Denn noch irrationaler ist die Entstehung einer so genannten politischen Opposition, die eben aus den Produktionszusammenhängen der wirklichen oder vermeintlichen Repressionsmaschinen selber stammen. Ihr politisches Credo liegt in der totalen Transparenz. Gut, wem man nicht traut, der soll sich ausziehen, nur, wer sind sie, die selbst den Strom mit produzieren und ihn nun kollektivieren wollen? Was gewinnt eine Gesellschaft, die alle Informationen erhält, wenn sie nicht weiß, wie sie damit umgehen soll, die keine Alternative kennt, Opposition zu organisieren als den professionellen Kommunikatoren und Propagandisten eine Regieanweisung für einen neuen Schauprozess zu geben? Wahrscheinlich, so das Kalkül der IT-Nerds mit politischem Sendungsbewusstsein, sollte man ihnen den Auftrag geben, den Dissens zwischen politischer Kommunikation und tatsächlichen Handlungen für die Masse zu handeln. Angesichts der zumeist systemimmanenten Sozialisation und völligen Unbedarftheit dieser Protagonisten im politischen Diskurs dürfte die Prognose nicht übertrieben sein, dass die Gesellschaft es relativ schnell mit Parvenüs zu tun hat, deren Abgehobenheit von den wirklichen Dingen alles übertrifft, worüber schon immer großer Unmut besteht.

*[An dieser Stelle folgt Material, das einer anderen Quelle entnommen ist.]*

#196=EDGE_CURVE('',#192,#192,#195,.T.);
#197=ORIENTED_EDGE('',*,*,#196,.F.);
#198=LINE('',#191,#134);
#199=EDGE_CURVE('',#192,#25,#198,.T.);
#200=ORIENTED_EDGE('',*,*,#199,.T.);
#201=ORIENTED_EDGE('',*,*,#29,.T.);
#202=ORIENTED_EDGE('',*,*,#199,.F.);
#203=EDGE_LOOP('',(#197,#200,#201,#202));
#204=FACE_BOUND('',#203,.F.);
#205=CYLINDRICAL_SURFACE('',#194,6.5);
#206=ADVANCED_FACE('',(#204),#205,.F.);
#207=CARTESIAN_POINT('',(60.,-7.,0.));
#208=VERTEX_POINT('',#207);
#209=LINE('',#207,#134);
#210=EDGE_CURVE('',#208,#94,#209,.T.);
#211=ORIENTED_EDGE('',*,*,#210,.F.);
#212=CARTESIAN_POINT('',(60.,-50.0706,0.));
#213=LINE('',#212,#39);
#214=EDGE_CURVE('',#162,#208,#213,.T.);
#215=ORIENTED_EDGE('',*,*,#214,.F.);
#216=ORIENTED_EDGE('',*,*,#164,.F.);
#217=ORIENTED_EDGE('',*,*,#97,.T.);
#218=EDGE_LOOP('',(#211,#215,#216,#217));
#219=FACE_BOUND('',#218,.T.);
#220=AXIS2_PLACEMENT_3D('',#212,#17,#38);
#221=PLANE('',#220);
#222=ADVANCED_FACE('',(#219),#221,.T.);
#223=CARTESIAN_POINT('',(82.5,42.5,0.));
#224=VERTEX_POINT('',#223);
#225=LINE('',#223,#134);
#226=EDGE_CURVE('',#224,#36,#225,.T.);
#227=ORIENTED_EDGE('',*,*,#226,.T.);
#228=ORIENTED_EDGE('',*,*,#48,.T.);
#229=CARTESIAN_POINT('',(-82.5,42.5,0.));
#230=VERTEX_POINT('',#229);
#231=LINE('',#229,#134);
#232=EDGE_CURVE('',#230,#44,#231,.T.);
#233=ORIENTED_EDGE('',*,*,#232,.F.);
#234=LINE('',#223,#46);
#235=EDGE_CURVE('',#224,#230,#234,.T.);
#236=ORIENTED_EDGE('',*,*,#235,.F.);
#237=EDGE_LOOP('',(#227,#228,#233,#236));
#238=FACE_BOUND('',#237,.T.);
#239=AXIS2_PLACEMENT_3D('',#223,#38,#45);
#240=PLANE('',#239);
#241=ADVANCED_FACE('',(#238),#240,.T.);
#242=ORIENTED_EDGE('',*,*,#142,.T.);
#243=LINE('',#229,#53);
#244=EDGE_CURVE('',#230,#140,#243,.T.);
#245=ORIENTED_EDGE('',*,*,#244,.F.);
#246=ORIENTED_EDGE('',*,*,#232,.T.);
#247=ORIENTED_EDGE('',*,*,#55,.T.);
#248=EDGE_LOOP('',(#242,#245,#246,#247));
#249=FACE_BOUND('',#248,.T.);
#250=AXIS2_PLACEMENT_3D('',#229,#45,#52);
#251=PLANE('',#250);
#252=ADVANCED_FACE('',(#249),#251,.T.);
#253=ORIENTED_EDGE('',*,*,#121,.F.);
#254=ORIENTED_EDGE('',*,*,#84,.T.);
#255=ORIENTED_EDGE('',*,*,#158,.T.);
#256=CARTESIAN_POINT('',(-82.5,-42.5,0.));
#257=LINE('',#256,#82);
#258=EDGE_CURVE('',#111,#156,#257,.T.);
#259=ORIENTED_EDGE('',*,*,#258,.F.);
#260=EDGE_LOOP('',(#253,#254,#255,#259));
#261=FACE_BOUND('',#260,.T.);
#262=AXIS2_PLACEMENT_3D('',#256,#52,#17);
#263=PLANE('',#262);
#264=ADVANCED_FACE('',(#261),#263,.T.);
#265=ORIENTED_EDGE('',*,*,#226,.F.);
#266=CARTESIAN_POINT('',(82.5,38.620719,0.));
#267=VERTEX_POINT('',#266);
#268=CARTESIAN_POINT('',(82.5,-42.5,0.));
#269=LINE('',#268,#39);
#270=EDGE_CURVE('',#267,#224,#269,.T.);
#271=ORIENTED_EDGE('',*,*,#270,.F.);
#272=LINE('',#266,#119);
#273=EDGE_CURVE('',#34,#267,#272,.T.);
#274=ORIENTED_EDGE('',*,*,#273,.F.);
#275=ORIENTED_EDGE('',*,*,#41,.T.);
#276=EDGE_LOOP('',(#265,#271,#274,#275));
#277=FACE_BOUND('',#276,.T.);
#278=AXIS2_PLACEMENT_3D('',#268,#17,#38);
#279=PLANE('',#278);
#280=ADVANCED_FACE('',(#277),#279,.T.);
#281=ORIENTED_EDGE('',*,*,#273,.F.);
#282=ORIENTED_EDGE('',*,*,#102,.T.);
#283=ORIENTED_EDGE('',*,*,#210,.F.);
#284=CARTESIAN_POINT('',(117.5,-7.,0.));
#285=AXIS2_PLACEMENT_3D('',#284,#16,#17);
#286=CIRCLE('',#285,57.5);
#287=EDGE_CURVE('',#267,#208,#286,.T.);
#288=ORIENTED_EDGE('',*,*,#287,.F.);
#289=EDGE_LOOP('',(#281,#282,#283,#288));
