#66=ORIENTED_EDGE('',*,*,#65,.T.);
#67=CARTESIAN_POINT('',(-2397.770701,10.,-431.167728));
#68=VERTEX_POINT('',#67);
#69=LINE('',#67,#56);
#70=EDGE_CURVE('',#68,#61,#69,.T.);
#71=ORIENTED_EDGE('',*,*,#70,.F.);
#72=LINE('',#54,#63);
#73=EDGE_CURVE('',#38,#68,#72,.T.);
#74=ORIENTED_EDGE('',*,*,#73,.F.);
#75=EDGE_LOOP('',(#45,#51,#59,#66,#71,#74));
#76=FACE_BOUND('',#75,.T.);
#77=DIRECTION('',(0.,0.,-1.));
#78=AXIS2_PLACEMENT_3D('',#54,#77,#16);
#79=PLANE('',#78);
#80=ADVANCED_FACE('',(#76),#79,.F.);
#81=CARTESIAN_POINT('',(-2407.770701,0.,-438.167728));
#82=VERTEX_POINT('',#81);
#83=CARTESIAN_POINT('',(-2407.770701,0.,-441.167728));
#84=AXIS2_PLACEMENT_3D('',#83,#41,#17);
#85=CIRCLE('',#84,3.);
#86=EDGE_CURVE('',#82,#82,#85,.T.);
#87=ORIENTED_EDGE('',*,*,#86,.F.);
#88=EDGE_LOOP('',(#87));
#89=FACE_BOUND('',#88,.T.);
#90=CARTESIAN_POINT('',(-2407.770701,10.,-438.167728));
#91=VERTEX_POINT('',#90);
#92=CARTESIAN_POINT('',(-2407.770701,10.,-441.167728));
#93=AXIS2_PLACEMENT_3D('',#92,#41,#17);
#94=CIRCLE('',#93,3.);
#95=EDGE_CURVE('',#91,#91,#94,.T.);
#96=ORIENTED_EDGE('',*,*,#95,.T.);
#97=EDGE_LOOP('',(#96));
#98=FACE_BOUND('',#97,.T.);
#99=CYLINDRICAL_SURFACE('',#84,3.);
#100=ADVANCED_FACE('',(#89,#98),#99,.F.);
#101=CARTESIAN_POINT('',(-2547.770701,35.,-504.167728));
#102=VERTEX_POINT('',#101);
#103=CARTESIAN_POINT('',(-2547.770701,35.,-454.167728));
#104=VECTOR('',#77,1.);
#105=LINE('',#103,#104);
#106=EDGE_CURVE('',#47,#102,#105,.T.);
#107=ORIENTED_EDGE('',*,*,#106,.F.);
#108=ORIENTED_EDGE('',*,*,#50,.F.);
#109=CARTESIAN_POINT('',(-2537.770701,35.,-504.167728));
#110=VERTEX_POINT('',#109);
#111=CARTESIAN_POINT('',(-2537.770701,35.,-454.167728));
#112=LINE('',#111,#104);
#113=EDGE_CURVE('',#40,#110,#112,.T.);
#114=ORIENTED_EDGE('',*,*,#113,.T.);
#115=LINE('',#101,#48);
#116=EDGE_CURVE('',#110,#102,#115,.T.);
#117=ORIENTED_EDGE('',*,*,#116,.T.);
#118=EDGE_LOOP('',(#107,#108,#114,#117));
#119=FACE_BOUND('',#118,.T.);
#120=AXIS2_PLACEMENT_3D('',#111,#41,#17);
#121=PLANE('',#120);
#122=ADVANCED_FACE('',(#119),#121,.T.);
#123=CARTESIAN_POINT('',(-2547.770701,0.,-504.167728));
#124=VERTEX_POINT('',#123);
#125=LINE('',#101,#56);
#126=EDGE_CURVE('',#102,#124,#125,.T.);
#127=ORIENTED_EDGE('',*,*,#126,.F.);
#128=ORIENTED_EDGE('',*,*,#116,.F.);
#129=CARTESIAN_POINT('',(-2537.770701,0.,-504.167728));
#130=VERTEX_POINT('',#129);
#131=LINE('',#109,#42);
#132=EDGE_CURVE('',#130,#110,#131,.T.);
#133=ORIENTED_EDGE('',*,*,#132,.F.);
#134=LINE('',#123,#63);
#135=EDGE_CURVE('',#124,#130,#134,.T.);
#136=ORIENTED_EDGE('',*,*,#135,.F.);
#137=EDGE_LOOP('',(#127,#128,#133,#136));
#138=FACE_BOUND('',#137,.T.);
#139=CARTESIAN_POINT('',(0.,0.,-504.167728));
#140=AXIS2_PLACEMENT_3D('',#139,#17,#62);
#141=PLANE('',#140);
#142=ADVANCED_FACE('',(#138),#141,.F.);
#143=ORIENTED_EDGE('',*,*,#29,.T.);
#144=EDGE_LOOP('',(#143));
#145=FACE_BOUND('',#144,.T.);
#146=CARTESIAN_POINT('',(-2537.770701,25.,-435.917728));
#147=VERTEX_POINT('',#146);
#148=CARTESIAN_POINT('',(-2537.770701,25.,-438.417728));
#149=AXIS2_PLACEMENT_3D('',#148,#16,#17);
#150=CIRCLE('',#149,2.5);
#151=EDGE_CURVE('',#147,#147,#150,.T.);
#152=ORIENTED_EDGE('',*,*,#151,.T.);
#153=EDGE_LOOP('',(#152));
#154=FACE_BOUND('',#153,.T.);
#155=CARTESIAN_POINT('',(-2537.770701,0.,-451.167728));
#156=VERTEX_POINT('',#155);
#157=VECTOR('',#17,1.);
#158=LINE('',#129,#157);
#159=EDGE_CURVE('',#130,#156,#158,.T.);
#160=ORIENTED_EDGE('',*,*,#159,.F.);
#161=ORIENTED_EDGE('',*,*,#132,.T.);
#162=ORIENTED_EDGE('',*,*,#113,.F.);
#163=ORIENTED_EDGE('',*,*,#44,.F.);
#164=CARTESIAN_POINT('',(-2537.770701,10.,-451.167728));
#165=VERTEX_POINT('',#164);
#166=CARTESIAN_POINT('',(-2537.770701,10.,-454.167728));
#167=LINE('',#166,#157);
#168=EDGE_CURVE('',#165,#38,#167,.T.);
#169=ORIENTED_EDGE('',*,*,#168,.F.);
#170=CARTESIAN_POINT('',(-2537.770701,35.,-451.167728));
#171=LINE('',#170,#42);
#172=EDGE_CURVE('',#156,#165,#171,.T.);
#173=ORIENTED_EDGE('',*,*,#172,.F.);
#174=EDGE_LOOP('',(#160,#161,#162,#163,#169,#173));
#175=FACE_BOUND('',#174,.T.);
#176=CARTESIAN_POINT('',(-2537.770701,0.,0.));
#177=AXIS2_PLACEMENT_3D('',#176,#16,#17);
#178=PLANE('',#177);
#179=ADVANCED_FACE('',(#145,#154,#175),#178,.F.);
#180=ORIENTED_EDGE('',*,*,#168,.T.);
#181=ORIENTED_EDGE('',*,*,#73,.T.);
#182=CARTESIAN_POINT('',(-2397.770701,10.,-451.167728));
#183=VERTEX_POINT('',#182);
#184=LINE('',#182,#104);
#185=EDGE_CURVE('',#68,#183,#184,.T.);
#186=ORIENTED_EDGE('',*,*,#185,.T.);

Alle Revolutionen in der bisherigen Geschichte wussten um die Brisanz von Herrschaftswissen. Je nach Zeitalter und der sozialen Gruppe der Revolutionäre selbst beinhalten alle Lehren, die aus erfolgreichen Umstürzen gezogen werden konnten, dass es notwendig ist, sehr schnell Herr des archivierten Wissens zu werden. Ja. Aber es war immer Bestandteil einer Gesamtstrategie, die das Herrschaftswissen, die bewaffneten Organe, das Bildungswesen und die Medien umfasste. Die Offenlegung der Archive allein wird nichts bewirken. Das wussten auch die spanischen Anarchisten in den dreißiger Jahren des letzten Jahrhunderts. Wenn sie im Bürgerkrieg gegen Franco einen Ort einnahmen, erledigten sie zwei Dinge immer sofort: Sie erschossen den Bürgermeister und den Pfarrer und verbrannten das Archiv. Und dann fing die eigentliche Arbeit erst an.